**Task objective:**
Find the line containing "f 315 225 313" in the entries below. Restate it and each line after it, word for word, up to and including the line containing "f 325 397 224".

........

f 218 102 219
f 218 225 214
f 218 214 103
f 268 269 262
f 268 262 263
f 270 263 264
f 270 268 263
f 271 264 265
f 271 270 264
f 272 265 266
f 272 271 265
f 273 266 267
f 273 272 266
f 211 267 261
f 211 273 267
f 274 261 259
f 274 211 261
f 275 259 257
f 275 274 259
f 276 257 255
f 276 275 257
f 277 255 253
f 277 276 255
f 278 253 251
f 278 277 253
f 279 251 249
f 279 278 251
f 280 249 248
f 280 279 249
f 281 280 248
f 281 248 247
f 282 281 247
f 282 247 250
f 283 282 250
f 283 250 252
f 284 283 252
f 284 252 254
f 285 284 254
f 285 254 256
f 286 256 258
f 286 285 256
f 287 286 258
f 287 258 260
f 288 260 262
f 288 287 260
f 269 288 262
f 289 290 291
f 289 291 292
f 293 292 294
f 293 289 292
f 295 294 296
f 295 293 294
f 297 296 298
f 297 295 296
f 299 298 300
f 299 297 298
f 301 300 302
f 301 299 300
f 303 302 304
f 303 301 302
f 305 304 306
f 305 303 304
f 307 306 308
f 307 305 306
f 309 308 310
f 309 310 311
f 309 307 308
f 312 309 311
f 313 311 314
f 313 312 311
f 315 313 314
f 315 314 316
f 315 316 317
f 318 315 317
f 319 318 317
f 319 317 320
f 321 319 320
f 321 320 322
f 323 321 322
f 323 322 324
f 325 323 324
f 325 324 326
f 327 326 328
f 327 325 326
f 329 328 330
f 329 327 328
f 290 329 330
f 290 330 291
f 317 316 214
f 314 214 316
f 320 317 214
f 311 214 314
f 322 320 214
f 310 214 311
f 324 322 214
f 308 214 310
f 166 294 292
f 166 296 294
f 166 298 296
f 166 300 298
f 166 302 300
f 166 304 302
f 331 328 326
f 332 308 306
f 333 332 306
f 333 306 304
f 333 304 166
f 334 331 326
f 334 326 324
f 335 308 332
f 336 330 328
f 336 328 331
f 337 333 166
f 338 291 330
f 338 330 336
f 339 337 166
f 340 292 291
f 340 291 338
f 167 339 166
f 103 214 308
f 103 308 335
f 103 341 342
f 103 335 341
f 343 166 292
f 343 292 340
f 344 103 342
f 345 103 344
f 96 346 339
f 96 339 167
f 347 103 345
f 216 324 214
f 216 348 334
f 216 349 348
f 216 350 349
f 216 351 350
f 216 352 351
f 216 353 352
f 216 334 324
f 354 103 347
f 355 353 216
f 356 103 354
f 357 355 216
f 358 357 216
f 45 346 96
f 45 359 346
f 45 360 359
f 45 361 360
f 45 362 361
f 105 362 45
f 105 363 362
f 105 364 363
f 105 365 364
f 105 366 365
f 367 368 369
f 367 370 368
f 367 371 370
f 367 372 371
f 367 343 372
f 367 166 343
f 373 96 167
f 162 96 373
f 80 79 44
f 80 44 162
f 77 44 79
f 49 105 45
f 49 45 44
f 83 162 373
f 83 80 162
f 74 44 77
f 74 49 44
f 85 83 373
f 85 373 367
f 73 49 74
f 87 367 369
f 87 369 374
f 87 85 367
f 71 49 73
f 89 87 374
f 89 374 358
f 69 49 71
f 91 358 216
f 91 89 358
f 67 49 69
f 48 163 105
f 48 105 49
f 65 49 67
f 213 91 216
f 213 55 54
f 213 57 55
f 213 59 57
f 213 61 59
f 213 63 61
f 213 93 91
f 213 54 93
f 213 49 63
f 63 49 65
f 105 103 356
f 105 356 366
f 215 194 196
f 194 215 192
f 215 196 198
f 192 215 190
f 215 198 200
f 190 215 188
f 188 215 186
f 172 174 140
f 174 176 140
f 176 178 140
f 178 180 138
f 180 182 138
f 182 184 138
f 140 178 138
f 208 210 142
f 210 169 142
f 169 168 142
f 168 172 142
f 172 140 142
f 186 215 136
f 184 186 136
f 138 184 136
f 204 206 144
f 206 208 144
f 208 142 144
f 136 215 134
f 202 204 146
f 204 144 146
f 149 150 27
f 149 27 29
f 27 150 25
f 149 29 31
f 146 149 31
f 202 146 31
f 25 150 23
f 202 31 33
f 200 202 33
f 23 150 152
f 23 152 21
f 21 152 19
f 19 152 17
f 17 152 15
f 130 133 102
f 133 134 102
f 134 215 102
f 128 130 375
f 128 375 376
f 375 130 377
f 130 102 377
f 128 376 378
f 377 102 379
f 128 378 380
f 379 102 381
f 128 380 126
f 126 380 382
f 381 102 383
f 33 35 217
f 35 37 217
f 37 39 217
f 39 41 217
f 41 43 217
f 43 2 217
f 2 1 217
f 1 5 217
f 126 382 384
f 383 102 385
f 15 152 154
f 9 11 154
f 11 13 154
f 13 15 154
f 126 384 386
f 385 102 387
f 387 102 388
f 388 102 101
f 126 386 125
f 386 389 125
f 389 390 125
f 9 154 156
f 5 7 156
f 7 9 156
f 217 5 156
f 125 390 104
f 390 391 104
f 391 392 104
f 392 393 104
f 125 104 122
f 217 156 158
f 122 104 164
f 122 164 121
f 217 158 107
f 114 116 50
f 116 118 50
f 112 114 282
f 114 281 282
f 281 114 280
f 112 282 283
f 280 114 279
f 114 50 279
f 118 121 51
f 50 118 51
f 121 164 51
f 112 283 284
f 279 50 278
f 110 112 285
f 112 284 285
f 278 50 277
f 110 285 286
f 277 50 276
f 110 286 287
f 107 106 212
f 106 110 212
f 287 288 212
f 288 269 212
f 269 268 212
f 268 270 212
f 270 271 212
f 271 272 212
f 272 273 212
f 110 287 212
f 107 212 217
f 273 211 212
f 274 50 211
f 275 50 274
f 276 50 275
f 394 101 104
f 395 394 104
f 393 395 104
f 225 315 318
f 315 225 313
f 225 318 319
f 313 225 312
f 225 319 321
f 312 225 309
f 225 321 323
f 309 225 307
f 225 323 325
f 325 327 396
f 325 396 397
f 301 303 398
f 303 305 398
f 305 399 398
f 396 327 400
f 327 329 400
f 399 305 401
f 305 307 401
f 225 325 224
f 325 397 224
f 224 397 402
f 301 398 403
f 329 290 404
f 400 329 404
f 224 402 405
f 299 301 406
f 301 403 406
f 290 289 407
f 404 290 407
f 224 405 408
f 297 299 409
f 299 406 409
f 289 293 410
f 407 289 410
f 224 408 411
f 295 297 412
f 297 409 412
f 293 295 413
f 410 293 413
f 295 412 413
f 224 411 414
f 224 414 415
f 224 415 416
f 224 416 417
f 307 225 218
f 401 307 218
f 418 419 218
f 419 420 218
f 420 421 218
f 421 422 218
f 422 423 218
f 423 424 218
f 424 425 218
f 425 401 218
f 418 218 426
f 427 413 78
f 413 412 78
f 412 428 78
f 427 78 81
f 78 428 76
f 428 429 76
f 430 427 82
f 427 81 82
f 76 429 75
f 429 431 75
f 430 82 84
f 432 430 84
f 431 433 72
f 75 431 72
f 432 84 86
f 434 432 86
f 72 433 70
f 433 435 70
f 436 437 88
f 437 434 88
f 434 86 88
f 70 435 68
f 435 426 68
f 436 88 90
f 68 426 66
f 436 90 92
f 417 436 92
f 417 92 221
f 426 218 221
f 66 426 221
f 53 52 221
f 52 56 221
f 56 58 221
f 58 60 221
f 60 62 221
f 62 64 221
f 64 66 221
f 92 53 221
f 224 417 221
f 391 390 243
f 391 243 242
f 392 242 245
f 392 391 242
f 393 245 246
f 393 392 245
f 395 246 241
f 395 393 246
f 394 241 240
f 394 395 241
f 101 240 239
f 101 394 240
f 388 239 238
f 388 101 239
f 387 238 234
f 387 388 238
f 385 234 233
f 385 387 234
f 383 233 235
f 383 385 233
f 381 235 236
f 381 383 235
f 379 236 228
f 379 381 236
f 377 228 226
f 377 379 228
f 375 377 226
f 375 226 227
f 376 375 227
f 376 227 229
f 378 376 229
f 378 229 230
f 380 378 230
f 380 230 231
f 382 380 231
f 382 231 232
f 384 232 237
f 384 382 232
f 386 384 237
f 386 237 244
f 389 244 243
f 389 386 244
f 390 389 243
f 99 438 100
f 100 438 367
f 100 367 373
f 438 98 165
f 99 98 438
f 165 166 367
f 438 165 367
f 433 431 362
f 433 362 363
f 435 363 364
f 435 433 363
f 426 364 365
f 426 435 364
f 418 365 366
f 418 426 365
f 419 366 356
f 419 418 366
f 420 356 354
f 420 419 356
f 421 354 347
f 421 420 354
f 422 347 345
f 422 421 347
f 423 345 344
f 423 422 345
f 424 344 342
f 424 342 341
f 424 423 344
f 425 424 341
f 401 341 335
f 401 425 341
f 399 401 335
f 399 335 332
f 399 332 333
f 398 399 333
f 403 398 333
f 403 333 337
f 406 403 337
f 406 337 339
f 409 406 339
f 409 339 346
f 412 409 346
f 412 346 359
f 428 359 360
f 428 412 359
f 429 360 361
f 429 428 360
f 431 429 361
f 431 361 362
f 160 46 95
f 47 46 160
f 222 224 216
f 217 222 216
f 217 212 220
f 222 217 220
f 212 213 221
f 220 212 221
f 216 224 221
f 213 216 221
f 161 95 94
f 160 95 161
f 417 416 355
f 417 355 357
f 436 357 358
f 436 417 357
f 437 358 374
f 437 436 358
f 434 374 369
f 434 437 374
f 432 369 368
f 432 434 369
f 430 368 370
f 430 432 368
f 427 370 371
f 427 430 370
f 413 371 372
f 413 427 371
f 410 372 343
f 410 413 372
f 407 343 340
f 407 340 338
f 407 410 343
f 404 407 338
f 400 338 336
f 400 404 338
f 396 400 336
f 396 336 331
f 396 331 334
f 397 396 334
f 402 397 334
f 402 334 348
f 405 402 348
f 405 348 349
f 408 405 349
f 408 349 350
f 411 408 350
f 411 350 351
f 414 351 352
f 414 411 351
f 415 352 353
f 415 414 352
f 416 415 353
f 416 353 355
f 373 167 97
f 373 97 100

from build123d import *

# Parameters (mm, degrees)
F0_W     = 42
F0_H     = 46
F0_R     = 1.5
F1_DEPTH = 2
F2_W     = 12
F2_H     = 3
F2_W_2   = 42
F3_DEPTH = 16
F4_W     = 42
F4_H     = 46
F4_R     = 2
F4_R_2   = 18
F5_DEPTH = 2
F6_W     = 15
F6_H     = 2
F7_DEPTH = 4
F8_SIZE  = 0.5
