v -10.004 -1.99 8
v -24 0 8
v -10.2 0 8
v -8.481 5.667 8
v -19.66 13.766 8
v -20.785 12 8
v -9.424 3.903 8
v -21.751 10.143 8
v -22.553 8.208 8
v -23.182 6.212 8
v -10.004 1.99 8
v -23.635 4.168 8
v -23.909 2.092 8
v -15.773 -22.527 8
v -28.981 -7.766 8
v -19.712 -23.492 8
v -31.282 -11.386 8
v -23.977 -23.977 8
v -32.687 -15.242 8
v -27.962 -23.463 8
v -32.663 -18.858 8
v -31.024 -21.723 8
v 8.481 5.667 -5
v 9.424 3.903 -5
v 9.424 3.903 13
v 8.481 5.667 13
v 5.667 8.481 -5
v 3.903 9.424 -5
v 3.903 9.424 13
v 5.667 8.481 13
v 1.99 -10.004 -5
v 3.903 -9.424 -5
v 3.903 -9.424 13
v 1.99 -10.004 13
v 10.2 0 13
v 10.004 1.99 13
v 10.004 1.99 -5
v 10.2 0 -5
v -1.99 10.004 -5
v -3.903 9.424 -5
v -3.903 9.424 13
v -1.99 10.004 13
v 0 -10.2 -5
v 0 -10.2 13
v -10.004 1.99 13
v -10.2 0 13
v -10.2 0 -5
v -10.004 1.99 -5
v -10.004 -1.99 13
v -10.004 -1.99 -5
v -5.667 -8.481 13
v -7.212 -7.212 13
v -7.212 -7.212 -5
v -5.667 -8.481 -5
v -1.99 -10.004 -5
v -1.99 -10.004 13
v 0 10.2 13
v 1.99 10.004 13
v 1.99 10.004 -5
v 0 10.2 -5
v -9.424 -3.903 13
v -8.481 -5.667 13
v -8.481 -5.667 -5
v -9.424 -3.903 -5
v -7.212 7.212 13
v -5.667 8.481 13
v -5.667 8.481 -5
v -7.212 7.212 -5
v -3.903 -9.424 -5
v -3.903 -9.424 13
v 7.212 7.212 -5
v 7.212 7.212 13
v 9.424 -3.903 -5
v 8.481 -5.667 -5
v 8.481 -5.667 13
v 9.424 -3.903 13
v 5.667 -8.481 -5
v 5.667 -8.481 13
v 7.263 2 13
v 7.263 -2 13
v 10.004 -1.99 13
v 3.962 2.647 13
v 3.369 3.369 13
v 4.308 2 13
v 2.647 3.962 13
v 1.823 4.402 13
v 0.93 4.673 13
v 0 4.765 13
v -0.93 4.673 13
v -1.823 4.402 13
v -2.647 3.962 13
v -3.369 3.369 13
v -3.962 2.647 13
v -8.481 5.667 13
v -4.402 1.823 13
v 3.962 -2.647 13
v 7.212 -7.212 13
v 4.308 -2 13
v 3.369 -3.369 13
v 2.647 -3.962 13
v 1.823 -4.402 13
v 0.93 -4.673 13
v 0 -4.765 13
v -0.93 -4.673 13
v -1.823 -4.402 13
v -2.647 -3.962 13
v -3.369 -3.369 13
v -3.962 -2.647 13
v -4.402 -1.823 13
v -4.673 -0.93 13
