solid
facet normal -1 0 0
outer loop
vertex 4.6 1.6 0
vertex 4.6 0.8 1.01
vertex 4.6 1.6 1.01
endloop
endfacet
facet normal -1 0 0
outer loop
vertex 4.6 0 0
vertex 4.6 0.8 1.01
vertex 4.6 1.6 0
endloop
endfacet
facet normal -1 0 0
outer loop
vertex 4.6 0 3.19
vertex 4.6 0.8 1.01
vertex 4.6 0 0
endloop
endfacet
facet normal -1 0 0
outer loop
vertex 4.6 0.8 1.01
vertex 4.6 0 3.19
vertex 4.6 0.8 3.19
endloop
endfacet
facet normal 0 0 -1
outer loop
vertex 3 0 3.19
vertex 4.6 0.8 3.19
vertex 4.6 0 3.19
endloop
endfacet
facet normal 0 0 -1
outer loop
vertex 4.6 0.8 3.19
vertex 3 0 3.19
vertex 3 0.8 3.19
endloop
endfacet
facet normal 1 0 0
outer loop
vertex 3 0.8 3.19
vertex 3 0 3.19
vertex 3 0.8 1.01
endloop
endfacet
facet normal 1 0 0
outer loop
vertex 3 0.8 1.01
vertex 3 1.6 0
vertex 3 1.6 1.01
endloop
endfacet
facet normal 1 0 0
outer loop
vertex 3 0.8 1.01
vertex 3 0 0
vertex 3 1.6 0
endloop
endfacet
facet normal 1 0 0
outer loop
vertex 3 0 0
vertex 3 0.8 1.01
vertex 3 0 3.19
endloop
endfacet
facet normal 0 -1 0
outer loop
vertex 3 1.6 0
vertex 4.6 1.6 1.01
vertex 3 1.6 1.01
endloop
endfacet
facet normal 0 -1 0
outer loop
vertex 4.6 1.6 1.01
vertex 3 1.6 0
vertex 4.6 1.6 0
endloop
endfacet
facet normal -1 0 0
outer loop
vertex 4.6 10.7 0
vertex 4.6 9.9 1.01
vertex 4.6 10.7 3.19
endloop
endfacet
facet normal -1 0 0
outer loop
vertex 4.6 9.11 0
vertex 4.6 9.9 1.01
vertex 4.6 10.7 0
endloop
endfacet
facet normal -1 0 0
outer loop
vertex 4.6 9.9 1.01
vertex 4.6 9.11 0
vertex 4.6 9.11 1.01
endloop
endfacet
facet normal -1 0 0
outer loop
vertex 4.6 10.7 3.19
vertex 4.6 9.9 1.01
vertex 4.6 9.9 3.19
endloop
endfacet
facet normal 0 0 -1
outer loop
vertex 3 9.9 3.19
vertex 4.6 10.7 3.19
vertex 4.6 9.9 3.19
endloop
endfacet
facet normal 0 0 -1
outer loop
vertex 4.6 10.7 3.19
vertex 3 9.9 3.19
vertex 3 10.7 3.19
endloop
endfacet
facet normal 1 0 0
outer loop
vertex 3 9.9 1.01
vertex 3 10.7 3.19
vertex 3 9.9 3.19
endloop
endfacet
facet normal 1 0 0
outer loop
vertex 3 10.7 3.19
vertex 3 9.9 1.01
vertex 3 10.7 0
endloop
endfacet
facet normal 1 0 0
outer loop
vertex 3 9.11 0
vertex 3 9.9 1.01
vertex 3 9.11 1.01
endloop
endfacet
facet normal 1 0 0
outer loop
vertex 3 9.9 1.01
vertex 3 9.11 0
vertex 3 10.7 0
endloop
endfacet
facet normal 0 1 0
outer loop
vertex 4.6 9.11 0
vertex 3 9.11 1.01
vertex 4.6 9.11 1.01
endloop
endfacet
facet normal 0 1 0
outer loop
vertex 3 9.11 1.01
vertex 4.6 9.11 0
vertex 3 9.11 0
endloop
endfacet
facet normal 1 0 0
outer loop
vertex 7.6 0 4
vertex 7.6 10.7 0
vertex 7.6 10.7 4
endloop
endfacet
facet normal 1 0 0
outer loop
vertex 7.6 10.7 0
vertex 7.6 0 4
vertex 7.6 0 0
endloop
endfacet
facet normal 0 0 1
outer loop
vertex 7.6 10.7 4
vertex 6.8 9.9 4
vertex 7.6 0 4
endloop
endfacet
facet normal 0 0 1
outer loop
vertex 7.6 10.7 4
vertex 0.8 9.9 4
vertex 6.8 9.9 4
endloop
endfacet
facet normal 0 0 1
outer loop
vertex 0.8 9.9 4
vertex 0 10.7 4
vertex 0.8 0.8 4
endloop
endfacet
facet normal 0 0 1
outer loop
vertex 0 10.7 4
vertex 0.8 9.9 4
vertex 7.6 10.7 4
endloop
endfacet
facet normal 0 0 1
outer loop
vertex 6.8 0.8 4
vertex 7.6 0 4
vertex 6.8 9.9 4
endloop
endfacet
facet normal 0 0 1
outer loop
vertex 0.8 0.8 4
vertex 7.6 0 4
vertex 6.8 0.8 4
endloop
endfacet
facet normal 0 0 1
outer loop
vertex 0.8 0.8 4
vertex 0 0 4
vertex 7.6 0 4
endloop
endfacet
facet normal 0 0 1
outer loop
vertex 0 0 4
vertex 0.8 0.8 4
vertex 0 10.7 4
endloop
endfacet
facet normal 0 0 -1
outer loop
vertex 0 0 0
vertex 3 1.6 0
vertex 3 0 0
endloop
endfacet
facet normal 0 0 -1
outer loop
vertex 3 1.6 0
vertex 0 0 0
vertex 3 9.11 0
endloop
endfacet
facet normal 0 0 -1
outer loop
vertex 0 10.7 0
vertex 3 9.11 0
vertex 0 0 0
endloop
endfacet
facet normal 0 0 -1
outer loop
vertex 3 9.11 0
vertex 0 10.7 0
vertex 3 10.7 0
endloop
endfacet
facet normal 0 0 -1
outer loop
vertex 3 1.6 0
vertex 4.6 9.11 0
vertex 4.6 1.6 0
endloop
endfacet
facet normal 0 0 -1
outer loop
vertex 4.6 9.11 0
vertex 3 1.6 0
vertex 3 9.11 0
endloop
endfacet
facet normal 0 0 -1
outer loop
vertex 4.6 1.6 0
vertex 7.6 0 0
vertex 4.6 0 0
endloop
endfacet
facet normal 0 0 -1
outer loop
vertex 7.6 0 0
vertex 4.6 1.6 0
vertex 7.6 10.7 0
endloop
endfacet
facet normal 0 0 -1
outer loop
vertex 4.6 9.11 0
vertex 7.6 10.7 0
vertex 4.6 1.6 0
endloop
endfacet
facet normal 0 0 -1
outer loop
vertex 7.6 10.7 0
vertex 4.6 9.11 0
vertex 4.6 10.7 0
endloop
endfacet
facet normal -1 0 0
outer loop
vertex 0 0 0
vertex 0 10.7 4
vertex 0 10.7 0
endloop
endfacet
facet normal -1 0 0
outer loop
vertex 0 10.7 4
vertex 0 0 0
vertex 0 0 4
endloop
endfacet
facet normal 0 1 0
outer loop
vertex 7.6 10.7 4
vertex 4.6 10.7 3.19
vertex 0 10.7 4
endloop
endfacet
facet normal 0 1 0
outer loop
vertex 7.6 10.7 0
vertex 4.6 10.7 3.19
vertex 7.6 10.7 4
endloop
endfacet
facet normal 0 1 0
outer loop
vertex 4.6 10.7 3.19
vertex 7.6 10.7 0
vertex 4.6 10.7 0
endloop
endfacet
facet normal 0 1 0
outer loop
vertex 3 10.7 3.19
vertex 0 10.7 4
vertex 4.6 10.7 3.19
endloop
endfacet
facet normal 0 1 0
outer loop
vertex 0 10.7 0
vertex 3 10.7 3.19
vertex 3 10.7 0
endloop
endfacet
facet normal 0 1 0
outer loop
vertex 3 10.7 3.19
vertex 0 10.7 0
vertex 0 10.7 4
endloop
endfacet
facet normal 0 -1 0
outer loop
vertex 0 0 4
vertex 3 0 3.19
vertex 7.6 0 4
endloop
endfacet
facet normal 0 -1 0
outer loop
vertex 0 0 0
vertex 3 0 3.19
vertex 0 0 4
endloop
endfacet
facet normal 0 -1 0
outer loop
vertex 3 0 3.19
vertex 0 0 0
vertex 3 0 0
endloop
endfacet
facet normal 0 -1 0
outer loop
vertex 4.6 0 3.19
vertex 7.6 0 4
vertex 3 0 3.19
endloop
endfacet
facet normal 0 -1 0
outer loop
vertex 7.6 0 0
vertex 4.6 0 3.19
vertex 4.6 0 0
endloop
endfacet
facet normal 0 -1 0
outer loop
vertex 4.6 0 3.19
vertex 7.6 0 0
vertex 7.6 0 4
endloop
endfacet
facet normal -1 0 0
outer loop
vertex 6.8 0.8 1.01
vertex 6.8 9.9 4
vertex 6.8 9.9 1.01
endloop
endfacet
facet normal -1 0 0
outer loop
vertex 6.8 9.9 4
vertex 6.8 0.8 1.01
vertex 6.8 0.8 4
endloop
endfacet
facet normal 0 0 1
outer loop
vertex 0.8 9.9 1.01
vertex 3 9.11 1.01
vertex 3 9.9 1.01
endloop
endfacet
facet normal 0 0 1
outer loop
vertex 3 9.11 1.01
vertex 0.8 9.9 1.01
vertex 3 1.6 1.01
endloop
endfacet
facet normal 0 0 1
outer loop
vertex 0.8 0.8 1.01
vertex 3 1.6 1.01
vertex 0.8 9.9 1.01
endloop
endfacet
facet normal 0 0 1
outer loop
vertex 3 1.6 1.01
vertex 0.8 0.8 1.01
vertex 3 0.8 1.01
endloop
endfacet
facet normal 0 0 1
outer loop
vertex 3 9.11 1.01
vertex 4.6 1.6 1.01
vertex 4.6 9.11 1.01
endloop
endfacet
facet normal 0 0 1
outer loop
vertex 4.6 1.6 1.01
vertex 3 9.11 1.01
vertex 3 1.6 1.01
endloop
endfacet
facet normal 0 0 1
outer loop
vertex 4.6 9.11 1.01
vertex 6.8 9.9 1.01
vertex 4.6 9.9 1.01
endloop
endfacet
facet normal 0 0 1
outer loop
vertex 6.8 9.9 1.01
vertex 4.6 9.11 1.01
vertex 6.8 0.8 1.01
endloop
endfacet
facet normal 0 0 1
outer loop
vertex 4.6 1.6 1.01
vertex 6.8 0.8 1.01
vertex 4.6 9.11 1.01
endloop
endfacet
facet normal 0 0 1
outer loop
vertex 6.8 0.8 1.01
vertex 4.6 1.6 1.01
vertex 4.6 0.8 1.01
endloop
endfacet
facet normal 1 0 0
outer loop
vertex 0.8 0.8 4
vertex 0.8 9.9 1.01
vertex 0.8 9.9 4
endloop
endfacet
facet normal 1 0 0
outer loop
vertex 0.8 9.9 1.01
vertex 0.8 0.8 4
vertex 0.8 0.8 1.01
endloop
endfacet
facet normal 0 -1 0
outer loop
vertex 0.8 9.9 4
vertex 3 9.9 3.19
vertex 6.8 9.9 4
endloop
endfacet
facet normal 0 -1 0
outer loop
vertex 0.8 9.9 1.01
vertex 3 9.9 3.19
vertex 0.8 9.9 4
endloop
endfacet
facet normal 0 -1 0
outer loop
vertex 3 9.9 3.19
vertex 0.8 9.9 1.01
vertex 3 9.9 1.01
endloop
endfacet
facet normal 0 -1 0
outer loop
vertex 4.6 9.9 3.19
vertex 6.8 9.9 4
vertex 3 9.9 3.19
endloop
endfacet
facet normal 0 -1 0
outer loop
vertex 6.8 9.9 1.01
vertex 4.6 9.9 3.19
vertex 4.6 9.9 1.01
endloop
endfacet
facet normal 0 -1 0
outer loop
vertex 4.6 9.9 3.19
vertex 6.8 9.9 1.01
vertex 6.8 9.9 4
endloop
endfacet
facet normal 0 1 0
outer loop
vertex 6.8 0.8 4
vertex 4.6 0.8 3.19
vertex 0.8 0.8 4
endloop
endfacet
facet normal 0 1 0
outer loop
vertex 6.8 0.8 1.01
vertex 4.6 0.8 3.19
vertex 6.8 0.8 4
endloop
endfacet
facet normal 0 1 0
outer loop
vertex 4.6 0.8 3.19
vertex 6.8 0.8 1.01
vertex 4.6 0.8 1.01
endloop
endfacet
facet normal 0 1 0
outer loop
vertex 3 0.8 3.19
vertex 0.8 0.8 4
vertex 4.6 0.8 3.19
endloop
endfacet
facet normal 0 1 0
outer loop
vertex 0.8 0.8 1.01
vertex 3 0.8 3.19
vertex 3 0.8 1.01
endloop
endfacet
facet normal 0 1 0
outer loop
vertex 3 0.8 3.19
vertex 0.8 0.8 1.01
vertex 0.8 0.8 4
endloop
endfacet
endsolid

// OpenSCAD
WALL_TH=0.8;
TOP_TH=1.0; // current
//TOP_TH=0.6; // old case
W=7.6;
L=10.7;
D=4; // new style

NOTCH_W=WALL_TH * 2;
NOTCH_L=WALL_TH * 2;
NOTCH_POS=[ [(W - NOTCH_W) / 2, -0.01, -0.01],
            [(W  - NOTCH_W) / 2, L - NOTCH_L + 0.01, -0.01]];
difference() {
    cube([W, L, D]);
    translate([WALL_TH, WALL_TH, TOP_TH + 0.01]) cube([W - (WALL_TH * 2), L - (WALL_TH * 2), D-TOP_TH]);
    for(pos=NOTCH_POS) {
        translate(pos) cube([NOTCH_W, NOTCH_L + 0.01, D - WALL_TH]);
    }
}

........

**Solution:**
f 315 225 313
f 225 318 319
f 313 225 312
f 225 319 321
f 312 225 309
f 225 321 323
f 309 225 307
f 225 323 325
f 325 327 396
f 325 396 397
f 301 303 398
f 303 305 398
f 305 399 398
f 396 327 400
f 327 329 400
f 399 305 401
f 305 307 401
f 225 325 224
f 325 397 224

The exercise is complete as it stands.